In the spring, after the danger of frost is past, you can begin moving your plants back outside. They'll need to be hardened off for a few days in a shady, sheltered spot before planting them in their new summer home. You can start this process a bit earlier by putting them outside during the day and bringing them back in if the temps dip too low. (That's too much work for me - I'd rather wait until the weather's a bit more settled. Once they're back outside, I want to be done schlepping them!)
Because they're used to being sheltered indoors, high winds, direct sunlight, or temperatures below 45-50 degrees could spell disaster without an adequate hardening off period, so be patient and take your time with this step. I learned that the hard way with a variegated begonia hanging basket and several Diamond Frost euphorbias I overwintered last year. I put them outside on a day that turned out to be chillier and windier than I'd expected. By the time I got home from work that day, these poor plants that I'd tended all winter had been mercilessly whipped by the wind and were virtually defoliated. They did recover quickly and have been beautiful all summer, but they looked pretty awful their first couple of weeks outside.
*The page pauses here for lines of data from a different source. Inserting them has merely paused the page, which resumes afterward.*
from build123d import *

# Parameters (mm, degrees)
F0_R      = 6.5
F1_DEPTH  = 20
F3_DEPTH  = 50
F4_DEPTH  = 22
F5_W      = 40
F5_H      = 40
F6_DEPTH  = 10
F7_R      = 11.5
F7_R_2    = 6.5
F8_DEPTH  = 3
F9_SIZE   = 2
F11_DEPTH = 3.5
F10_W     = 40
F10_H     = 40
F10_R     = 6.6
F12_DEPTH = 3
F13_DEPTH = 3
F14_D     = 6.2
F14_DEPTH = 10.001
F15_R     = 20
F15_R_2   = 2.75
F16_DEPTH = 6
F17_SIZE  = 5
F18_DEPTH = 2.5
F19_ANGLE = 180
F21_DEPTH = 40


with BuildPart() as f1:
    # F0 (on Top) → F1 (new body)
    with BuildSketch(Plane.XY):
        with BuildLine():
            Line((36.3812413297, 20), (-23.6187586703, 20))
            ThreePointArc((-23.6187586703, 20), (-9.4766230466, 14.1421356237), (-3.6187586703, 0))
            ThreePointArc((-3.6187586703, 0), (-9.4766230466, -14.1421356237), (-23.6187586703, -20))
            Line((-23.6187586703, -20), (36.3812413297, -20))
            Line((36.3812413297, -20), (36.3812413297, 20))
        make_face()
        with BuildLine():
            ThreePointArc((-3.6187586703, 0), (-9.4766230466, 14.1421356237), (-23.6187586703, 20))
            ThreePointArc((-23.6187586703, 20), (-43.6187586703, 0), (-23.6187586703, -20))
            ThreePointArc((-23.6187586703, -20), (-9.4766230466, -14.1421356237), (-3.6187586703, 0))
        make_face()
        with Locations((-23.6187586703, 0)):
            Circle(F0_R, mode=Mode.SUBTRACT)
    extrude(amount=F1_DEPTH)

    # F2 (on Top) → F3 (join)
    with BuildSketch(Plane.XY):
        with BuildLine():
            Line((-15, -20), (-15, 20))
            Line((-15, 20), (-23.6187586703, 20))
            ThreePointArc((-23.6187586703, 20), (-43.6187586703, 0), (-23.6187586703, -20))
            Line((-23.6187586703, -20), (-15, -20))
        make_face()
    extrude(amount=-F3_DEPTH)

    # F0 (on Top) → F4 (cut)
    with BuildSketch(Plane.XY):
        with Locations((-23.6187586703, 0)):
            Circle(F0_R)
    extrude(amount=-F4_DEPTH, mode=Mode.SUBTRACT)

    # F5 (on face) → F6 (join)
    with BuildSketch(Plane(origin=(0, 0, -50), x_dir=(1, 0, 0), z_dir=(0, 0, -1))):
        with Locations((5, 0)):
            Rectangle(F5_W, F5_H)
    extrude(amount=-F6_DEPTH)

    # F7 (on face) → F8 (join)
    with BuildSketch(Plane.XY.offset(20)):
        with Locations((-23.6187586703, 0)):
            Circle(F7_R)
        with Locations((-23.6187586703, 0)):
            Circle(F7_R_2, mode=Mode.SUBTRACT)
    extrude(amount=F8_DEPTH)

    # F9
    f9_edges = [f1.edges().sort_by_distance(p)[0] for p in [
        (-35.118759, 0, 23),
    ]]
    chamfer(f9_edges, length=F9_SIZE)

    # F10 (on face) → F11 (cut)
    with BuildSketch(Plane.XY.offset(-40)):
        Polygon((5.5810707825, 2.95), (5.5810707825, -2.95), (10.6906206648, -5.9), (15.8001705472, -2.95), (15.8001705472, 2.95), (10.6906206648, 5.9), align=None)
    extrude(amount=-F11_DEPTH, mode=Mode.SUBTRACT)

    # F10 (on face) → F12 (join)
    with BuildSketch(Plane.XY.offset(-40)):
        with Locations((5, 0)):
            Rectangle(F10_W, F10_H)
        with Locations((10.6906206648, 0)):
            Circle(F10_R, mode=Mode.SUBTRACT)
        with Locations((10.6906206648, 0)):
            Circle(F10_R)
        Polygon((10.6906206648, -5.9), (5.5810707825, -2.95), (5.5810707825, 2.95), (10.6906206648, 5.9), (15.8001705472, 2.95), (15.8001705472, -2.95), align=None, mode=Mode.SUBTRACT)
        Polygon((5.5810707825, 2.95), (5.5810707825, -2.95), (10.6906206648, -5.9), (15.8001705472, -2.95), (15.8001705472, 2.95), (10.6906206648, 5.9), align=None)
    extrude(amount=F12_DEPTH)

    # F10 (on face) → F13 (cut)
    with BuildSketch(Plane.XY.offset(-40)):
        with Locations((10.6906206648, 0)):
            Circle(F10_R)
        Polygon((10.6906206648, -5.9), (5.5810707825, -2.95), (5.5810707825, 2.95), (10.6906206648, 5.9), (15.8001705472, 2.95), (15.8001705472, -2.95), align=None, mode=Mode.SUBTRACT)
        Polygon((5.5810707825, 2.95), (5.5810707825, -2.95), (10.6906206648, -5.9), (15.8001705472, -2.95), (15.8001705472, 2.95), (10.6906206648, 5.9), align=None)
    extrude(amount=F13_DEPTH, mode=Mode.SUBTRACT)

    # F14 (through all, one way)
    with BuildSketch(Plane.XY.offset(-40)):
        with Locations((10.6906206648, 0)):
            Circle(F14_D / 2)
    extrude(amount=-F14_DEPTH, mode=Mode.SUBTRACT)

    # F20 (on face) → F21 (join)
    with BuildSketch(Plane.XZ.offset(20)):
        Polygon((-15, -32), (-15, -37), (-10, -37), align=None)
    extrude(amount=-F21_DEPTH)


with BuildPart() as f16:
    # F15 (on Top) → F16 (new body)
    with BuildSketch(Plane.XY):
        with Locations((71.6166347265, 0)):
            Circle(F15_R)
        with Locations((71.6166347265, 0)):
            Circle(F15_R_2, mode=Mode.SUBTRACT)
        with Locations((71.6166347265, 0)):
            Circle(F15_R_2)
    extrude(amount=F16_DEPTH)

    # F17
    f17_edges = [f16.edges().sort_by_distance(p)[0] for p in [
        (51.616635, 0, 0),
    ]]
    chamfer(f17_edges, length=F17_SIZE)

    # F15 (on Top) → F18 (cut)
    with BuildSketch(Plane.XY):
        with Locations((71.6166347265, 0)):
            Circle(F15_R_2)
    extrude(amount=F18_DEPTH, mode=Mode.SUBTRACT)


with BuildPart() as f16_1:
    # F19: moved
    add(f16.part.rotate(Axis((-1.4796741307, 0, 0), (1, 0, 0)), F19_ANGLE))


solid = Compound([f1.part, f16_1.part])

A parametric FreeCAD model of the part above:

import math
import FreeCAD as App
import Part
import Sketcher

V = App.Vector
Q = App.Units.Quantity


def edges_at(feature, points):
    """Names of the edges that pass closest to the given points."""
    edges = feature.Shape.Edges
    near = lambda p: min(range(len(edges)), key=lambda i: edges[i].distToShape(Part.Vertex(*p))[0])
    return sorted({f"Edge{near(p) + 1}" for p in points})


def add_polygon(sketch, points):
    """Adds a closed chain of lines whose ends are joined by coincident constraints."""
    first, n = sketch.GeometryCount, len(points)
    for a, b in zip(points, points[1:] + points[:1]):
        sketch.addGeometry(Part.LineSegment(App.Vector(*a, 0), App.Vector(*b, 0)), False)
    for i in range(n):
        sketch.addConstraint(Sketcher.Constraint("Coincident", first + i, 2, first + (i + 1) % n, 1))

doc = App.newDocument("Part")
body = doc.addObject("PartDesign::Body", "Body")

# Sketch on XY plane
sketch1 = doc.addObject("Sketcher::SketchObject", "Sketch")
body.addObject(sketch1)
sketch1.AttachmentSupport = (doc.XY_Plane, [""])
sketch1.MapMode = "FlatFace"
sketch1.addGeometry(Part.LineSegment(V(36, 20, 0), V(-24, 20, 0)), False)
sketch1.addGeometry(Part.ArcOfCircle(Part.Circle(V(-24, 0, 0), V(0, 0, 1), 20), math.radians(90), math.radians(270)), False)
sketch1.addGeometry(Part.LineSegment(V(-24, -20, 0), V(36, -20, 0)), False)
sketch1.addGeometry(Part.LineSegment(V(36, -20, 0), V(36, 20, 0)), False)
sketch1.addGeometry(Part.Circle(V(-24, 0, 0), V(0, 0, 1), 6), False)
sketch1.addConstraint(Sketcher.Constraint("Tangent", 0, 2, 1, 1))
sketch1.addConstraint(Sketcher.Constraint("Tangent", 1, 2, 2, 1))
sketch1.addConstraint(Sketcher.Constraint("Coincident", 2, 2, 3, 1))
sketch1.addConstraint(Sketcher.Constraint("Coincident", 3, 2, 0, 1))
sketch1.addConstraint(Sketcher.Constraint("Horizontal", 0))
sketch1.addConstraint(Sketcher.Constraint("Horizontal", 2))
sketch1.addConstraint(Sketcher.Constraint("Vertical", 3))
sketch1.addConstraint(Sketcher.Constraint("Coincident", 4, 3, 1, 3))
sketch1.addConstraint(Sketcher.Constraint("PointOnObject", 1, 3, -1))
sketch1.addConstraint(Sketcher.Constraint("Diameter", 4, Q("13 mm")))
sketch1.addConstraint(Sketcher.Constraint("Radius", 1, Q("20 mm")))
sketch1.addConstraint(Sketcher.Constraint("DistanceX", 0, 2, 0, 1, Q("60 mm")))
sketch1.addConstraint(Sketcher.Constraint("DistanceX", 1, 3, -1, 1, Q("23.618759 mm")))
pad1 = doc.addObject("PartDesign::Pad", "Pad")
body.addObject(pad1)
pad1.Profile = sketch1
pad1.Length = 20

# Sketch on XY plane
sketch2 = doc.addObject("Sketcher::SketchObject", "Sketch001")
body.addObject(sketch2)
sketch2.AttachmentSupport = (doc.XY_Plane, [""])
sketch2.MapMode = "FlatFace"
sketch2.addGeometry(Part.LineSegment(V(-15, -20, 0), V(-15, 20, 0)), False)
sketch2.addGeometry(Part.LineSegment(V(-15, 20, 0), V(-24, 20, 0)), False)
sketch2.addGeometry(Part.ArcOfCircle(Part.Circle(V(-24, 0, 0), V(0, 0, 1), 20), math.radians(90), math.radians(270)), False)
sketch2.addGeometry(Part.LineSegment(V(-24, -20, 0), V(-15, -20, 0)), False)
sketch2.addConstraint(Sketcher.Constraint("Coincident", 0, 2, 1, 1))
sketch2.addConstraint(Sketcher.Constraint("Tangent", 1, 2, 2, 1))
sketch2.addConstraint(Sketcher.Constraint("Tangent", 2, 2, 3, 1))
sketch2.addConstraint(Sketcher.Constraint("Coincident", 3, 2, 0, 1))
sketch2.addConstraint(Sketcher.Constraint("Vertical", 0))
sketch2.addConstraint(Sketcher.Constraint("Horizontal", 1))
sketch2.addConstraint(Sketcher.Constraint("Horizontal", 3))
sketch2.addConstraint(Sketcher.Constraint("PointOnObject", 2, 3, -1))
sketch2.addConstraint(Sketcher.Constraint("Radius", 2, Q("20 mm")))
sketch2.addConstraint(Sketcher.Constraint("DistanceX", 0, 2, -1, 1, Q("15 mm")))
sketch2.addConstraint(Sketcher.Constraint("DistanceX", 1, 2, 1, 1, Q("8.618759 mm")))
pad2 = doc.addObject("PartDesign::Pad", "Pad001")
body.addObject(pad2)
pad2.Profile = sketch2
pad2.Length = 50
pad2.Reversed = True

# Sketch on XY plane
sketch3 = doc.addObject("Sketcher::SketchObject", "Sketch002")
body.addObject(sketch3)
sketch3.AttachmentSupport = (doc.XY_Plane, [""])
sketch3.MapMode = "FlatFace"
sketch3.addGeometry(Part.Circle(V(-24, 0, 0), V(0, 0, 1), 6), False)
sketch3.addConstraint(Sketcher.Constraint("PointOnObject", 0, 3, -1))
sketch3.addConstraint(Sketcher.Constraint("Diameter", 0, Q("13 mm")))
sketch3.addConstraint(Sketcher.Constraint("DistanceX", 0, 3, -1, 1, Q("23.618759 mm")))
pocket1 = doc.addObject("PartDesign::Pocket", "Pocket")
body.addObject(pocket1)
pocket1.Profile = sketch3
pocket1.Length = 22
My husband kept offering to buy new baskets from the nursery, they looked so pathetic. I was confident they'd recover with a little patience and TLC, and they did. The variegated begonia, recovered
Rose, I hope these posts helped motivate you to try overwintering a few tender plants inside this winter, and maybe even encouraged you to try starting a new plant or two from cuttings! I hope I didn't make it sound too complicated - it's really very easy, fun, and a satisfying way to stretch your gardening budget!
*In an unfinished basement with a concrete floor, a hose can be connected to the utility sink faucet, making watering less of a chore if you're overwintering a lot of plants. Water carefully to avoid splashing and puddling. Wet conditions may encourage bugs.